Die Mosuo sind ein kleines chinesisches, matrilinear organisiertes Volk und nach meiner Recherche real existent. Ihre Kultur spielt eine wesentliche Rolle im neuen Roman „Die Mütter“ von Stefan Györke.
Denn hier sind Männer und Väter nur Randfiguren, die Gesellschaftt wird von den Frauen dominiert und definiert. Die stärksten Bande gibt es unter Schwestern, die in gemeinsam in Familienbünden leben und die Kinder großziehen.
Györke transfereriert in „Die Mütter“ ein solches unkonventionelles Familienkonstrukt direkt ins wohlsituierte Schweizer Bürgertum. Drei Schwestern werden von einer chinesischen Nanny aus dem Volk der Mosuo großgezogen und leben später selbst in einer Lebensgemeinschaft nur aus Schwestern.

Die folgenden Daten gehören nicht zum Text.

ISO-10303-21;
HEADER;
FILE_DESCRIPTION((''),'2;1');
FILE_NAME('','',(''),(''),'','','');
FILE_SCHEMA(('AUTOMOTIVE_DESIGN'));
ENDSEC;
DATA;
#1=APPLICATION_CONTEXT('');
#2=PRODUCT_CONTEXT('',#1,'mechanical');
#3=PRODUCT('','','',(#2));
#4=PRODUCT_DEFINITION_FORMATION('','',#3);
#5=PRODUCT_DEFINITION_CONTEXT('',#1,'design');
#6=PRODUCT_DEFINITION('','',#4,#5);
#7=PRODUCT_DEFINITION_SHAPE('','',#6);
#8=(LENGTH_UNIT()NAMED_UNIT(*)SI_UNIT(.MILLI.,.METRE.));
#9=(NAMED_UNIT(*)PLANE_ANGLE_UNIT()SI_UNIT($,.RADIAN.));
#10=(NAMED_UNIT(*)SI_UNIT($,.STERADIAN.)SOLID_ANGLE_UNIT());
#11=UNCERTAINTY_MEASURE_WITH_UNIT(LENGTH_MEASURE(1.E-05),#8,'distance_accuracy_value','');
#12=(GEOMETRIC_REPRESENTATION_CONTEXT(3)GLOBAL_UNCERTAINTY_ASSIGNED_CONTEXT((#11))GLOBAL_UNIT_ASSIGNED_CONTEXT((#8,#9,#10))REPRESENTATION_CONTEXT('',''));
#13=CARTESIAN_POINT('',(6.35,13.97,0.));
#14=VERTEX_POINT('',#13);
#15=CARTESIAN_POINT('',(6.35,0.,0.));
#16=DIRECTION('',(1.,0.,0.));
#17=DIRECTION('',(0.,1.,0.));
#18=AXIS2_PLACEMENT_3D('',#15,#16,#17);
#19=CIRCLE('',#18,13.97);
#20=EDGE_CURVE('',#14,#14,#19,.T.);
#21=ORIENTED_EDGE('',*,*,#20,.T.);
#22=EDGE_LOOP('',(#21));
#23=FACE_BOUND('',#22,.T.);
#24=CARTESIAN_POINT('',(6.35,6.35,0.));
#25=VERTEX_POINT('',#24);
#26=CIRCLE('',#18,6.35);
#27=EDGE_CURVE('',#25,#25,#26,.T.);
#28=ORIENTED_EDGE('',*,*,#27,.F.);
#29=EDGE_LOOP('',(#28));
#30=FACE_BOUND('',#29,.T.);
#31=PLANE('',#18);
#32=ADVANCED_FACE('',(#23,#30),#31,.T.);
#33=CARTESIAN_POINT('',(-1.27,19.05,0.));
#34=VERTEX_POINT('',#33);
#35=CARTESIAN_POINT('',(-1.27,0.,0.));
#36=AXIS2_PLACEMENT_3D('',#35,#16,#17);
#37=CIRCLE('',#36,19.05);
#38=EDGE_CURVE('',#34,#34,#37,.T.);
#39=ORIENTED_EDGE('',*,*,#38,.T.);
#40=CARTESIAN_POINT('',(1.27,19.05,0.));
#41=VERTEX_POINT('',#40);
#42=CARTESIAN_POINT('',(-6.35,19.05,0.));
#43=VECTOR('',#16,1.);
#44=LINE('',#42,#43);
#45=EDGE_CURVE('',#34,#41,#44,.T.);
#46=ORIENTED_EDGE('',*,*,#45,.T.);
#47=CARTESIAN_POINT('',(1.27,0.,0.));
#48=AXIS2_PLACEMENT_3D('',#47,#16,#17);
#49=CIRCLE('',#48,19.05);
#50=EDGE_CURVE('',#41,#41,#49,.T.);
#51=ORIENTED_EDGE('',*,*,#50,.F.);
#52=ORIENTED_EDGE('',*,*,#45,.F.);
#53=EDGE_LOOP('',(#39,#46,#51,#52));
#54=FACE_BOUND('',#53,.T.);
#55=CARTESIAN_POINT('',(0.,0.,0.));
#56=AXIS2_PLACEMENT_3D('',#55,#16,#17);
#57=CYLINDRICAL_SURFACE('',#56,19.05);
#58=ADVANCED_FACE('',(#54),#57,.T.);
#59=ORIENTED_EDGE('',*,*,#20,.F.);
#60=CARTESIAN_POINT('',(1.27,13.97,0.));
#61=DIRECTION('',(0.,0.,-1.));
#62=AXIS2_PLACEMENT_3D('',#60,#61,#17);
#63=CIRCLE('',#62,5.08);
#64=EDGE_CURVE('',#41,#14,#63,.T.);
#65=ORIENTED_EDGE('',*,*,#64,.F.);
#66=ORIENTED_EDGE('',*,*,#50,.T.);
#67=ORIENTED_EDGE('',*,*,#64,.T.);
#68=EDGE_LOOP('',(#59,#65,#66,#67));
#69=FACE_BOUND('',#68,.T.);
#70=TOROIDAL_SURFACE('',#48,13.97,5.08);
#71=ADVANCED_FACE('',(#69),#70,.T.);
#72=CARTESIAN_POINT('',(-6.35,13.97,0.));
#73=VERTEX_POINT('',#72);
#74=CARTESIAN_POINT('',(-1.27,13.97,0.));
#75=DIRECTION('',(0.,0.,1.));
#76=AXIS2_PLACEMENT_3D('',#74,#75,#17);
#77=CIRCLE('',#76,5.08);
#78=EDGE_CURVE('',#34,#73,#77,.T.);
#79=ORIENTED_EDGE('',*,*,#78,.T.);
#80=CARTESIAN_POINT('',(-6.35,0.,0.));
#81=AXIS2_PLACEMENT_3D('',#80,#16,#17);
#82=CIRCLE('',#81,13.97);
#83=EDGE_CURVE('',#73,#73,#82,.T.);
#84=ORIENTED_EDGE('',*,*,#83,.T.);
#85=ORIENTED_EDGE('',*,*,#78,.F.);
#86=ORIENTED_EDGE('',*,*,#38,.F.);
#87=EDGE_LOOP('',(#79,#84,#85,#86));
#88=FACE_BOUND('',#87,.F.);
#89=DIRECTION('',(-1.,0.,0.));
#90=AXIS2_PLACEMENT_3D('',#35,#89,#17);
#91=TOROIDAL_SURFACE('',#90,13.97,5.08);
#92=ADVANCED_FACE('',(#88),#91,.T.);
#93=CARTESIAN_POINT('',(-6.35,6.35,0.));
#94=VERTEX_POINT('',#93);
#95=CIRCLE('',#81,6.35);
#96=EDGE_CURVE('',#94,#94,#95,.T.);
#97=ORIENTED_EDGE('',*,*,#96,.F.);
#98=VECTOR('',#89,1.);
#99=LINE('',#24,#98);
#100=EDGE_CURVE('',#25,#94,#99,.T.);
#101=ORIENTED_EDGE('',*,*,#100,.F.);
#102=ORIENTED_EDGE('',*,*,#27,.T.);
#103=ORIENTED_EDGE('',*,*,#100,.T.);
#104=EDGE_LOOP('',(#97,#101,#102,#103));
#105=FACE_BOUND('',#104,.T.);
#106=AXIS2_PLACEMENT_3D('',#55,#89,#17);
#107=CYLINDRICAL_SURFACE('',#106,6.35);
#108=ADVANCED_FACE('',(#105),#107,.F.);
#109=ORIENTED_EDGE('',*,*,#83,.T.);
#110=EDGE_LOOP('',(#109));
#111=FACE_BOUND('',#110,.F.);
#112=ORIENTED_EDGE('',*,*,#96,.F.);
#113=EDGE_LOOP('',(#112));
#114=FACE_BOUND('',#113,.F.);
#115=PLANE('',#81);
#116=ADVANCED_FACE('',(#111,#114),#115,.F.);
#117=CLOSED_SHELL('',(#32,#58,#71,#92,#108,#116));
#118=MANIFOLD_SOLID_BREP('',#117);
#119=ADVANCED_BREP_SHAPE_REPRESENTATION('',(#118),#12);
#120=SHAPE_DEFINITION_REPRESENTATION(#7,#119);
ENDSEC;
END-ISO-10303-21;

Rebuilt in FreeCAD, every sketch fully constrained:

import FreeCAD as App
import Part
import Sketcher
Q = App.Units.Quantity


def edges_at(feature, points):
    """Names of the edges that pass closest to the given points."""
    edges = feature.Shape.Edges
    near = lambda p: min(range(len(edges)), key=lambda i: edges[i].distToShape(Part.Vertex(*p))[0])
    return sorted({f"Edge{near(p) + 1}" for p in points})

doc = App.newDocument("Part")
params = doc.addObject("Spreadsheet::Sheet", "Params")
for row, (alias, value) in enumerate([
    ("sketch1_diameter", "1.5 in"),
    ("sketch1_diameter2", "0.5 in"),
    ("pad1_length", "0.5 in"),
    ("fillet_radius", "0.2 in"),
    ("fillet2_radius", "0.2 in"),
], start=1):
    params.set(f"A{row}", alias)
    params.set(f"B{row}", "=" + value)
    params.setAlias(f"B{row}", alias)

body = doc.addObject("PartDesign::Body", "Body")

sketch1 = body.newObject("Sketcher::SketchObject", "Sketch")
sketch1.AttachmentSupport = (doc.getObject("YZ_Plane"), [""])
sketch1.MapMode = "FlatFace"
sketch1.addGeometry([
    Part.Circle(App.Vector(0, 0, 0), App.Vector(0, 0, 1), 19),
    Part.Circle(App.Vector(0, 0, 0), App.Vector(0, 0, 1), 6),
], False)
sketch1.addConstraint([
    Sketcher.Constraint("Coincident", 0, 3, -1, 1),
    Sketcher.Constraint("Coincident", 1, 3, -1, 1),
    Sketcher.Constraint("Diameter", 0, Q("1.5 in")),
    Sketcher.Constraint("Diameter", 1, Q("0.5 in")),
])
sketch1.setExpression("Constraints[2]", "Params.sketch1_diameter")
sketch1.setExpression("Constraints[3]", "Params.sketch1_diameter2")
pad1 = body.newObject("PartDesign::Pad", "Pad")
pad1.Profile = sketch1
pad1.setExpression("Length", "Params.pad1_length")
pad1.Midplane = True
doc.recompute()

fillet = body.newObject("PartDesign::Fillet", "Fillet")
fillet.Base = (pad1, edges_at(pad1, [(6.35, -19.05, 0)]))
fillet.setExpression("Radius", "Params.fillet_radius")
doc.recompute()

fillet2 = body.newObject("PartDesign::Fillet", "Fillet001")
fillet2.Base = (fillet, edges_at(fillet, [(-2.54, 19.05, 0), (1.27, -19.05, 0), (-6.35, -19.05, 0)]))
fillet2.setExpression("Radius", "Params.fillet2_radius")

doc.recompute()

Sie bekommen Kinder von verschiedenen Männer, die aber sonst keine weitere Rolle im Leben der Frauen spielen.
Die Töchter können sich am Lebensmodel der Mütter orientieren, aber was wird aus den Söhnen? Wo finden sie Orientierung und Vorbilder?
Ich lese die Geschichte im Wechsel aus der Ich-Erzähler Perspektive von Anton, ein Sohn der Mütter, und aus auktorialler Perspektive. Das bringt Spannung und Abwechslung in den Roman und lässt mich locker über die Seiten fliegen. Ich lese ihn sehr gerne und verfolge sehr interessiert die Konsequenzen dieser ungewöhnlichen Lebensform, die auch auf mich einen großen Reiz ausübt.
„Ein generationenübergreifender, unkonventioneller Liebesroman“ blurbt Dirk Fuhrig vom Deutschlandfunk auf dem Klappentext und dem stimme ich zu.
Doch wie und wo Liebe entsteht und wie es mit dem Lebensmodel der Mütter und Schwestern (und dem Bruder) weitergeht, das empfehle ich euch selbst heraus zu finden.
Manchmal mäanderte mir die Handlung ein bißchen zu undefiniert, hier wären weniger, dafür stärker definierte Erzählthemen besser gewesen. So verwischt mir der Fokus und bleibt oben auf Unterhaltungslevel hängen. In der Story wäre noch mehr gesellschaftshinterfragendes Potential gewesen. Auch für die Figurenzeichnung hätte ich mir ein wenig mehr psychologische Ergründung gewünscht.
Oh ja, aber was für einen zufrieden stellenden Schluss Györke nach einigen unerwarteten Handlungskapriolen noch liefert.
Finde ich schon sehr nice…und auch empfehlenswert, falls ihr euch für unkonventionelle Familienformen oder auch einfach nur für einen guten Roman interessiert!
Vielen Dank Steidl Verlag für dieses Rezensionsexemplar! Der schimmernde Leineneinband mit dem tollen Cover ist wirklich ein Glanzstück!